None of my teachers wants to talk about present-day issues. They dance around COVID-19, and they impose more work because they think that being at home means you have all the time in the world for classwork. I haven’t been able to find a job in months. I have to figure out how to pay my rent and have a virtual meeting with human services to get assistance. Professors need to be holistic and think about the identities they have in class. I was not able to go to my parents’ house in the Hamptons and focus on schoolwork while Mommy and Daddy paid my bills. I am struggling emotionally, psychologically, and financially, and Freud doesn’t know shit about that! These social inequalities are present in our learning. The economic injustices are here in something as straightforward as accessibility of materials for online learning. And there is yet another binary created by a Zoom screen and technology. As a student I long for what bell hooks called “new models of social interaction” (2015, 19), which must incorporate the new confines that we face as a society with COVID-19 and the longstanding social inequities embedded in our educational and other institutions. Learning and teaching should incorporate not only innovative thought but unique creativity and technology to support and help bring folkz into community while also respecting the need for physical distance. There has to be recognition of different identities, and there must be innovative thought in what is being taught and how.
My last day of class during the fall 2020 semester was December 3. I was Zoom exhausted, my eighteen-page paper still needed to be written, and I said goodbye for the last time to the white faces in my screen classroom. My professor asked if we thought we learned anything from his class, and while all the white folkz began to say a resounding “Yes!” I told him with complete transparency, “I learned something but not from class. Not from what you were teaching.” He asked me to explain. I sat up and began to speak about the inequalities in learning online. I told him that the class needed to change—hell the whole university needed to change, especially with a pandemic. I got on my metaphoric soapbox and began to preach about the non-acknowledgement of identities and the lack of resources for People of Color during online learning. When I was finished, I sat back and breathed deeply. He pulled up a power point of Rorty and began to screen share. I felt defeated and began to talk shit in my own head.
Was he not listening?
I hate Rorty by the way.
Class is over, so why are we looking at this crap again?
He began to read, “These teachers do their best to nudge each successive college generation a little more to the left, to make them a little more conscious of the cruelty built into our institutions, of the need for reform, of the need to be skeptical about the current consensus” (1999, 116). He smiled at me while I leaned back on my pillows, and he said, “So, Natalia, you did learn what I was teaching.”
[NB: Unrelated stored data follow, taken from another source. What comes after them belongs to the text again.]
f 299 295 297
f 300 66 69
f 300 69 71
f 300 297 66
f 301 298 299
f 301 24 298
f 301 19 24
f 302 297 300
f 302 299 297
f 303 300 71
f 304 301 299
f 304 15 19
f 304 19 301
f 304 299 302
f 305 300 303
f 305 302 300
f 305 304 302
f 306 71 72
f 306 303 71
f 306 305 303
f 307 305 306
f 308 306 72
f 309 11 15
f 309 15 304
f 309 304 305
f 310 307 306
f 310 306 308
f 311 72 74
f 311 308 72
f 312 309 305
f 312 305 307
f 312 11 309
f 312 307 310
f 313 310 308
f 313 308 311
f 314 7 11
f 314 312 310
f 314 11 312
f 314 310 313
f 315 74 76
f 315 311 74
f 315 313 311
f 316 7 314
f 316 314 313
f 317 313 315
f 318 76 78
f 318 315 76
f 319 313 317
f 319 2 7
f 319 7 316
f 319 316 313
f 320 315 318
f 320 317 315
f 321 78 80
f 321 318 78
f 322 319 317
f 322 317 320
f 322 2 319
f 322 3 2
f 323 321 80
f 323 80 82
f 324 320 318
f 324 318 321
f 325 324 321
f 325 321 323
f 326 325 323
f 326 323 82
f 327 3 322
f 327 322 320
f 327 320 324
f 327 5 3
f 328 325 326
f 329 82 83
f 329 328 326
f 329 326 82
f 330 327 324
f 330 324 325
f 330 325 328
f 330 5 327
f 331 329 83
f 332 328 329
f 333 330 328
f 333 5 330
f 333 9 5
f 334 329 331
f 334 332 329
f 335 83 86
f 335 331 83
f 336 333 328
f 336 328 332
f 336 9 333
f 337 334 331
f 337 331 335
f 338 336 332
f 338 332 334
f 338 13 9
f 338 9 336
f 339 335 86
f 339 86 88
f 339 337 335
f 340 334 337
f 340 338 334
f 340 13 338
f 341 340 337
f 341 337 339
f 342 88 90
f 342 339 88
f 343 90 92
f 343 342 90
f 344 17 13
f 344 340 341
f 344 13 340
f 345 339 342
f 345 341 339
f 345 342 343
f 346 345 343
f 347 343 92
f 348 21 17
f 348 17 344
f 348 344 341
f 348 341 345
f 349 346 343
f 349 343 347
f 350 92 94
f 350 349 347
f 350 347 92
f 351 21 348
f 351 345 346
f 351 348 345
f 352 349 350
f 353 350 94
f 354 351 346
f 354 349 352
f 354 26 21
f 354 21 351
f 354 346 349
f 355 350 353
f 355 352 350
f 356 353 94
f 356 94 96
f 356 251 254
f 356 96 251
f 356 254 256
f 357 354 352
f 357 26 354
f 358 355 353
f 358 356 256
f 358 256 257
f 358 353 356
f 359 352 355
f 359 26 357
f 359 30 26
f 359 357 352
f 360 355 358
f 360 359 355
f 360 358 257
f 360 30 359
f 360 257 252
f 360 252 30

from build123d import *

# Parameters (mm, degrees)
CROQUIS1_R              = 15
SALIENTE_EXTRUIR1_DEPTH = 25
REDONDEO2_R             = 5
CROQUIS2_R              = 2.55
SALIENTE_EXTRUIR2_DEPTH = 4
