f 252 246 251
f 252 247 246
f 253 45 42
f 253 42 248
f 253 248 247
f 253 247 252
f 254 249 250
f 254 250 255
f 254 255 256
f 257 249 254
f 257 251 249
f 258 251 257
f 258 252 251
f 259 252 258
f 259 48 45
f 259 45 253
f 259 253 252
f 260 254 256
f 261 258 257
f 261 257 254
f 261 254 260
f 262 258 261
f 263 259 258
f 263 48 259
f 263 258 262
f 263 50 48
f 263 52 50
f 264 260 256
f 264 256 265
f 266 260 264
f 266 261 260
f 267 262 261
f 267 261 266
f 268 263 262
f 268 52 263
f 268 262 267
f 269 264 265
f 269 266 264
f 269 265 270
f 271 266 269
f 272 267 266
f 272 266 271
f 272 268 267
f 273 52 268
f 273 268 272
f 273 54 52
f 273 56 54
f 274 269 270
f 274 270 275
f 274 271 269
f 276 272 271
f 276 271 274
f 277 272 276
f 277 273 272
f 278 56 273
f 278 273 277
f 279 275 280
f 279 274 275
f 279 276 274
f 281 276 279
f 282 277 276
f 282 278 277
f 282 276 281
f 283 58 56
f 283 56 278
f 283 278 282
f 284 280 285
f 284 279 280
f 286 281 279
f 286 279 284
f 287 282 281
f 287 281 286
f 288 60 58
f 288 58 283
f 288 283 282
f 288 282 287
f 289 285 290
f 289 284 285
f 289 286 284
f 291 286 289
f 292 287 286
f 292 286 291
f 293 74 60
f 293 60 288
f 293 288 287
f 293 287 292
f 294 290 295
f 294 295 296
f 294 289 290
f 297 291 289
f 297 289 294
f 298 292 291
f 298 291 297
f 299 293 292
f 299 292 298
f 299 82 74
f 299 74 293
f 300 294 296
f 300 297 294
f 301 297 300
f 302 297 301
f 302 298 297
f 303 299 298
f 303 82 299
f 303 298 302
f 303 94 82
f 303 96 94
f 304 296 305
1 As a Black woman and author of this work I refuse to capitalize white or caucasian. This is a deliberate rejection of white supremacy and systemic oppression of myself and my people.
Works Cited
hooks, bell. 2015. “Feminist Education for Critical Consciousness.” In her Feminism Is for Everybody: Passionate Politics, 19-24. New York: Routledge
Rorty, Richard. 1999. “Education as Socialization and as Individualization.” In his Philosophy and Social Hope, 114-26. New York: Penguin.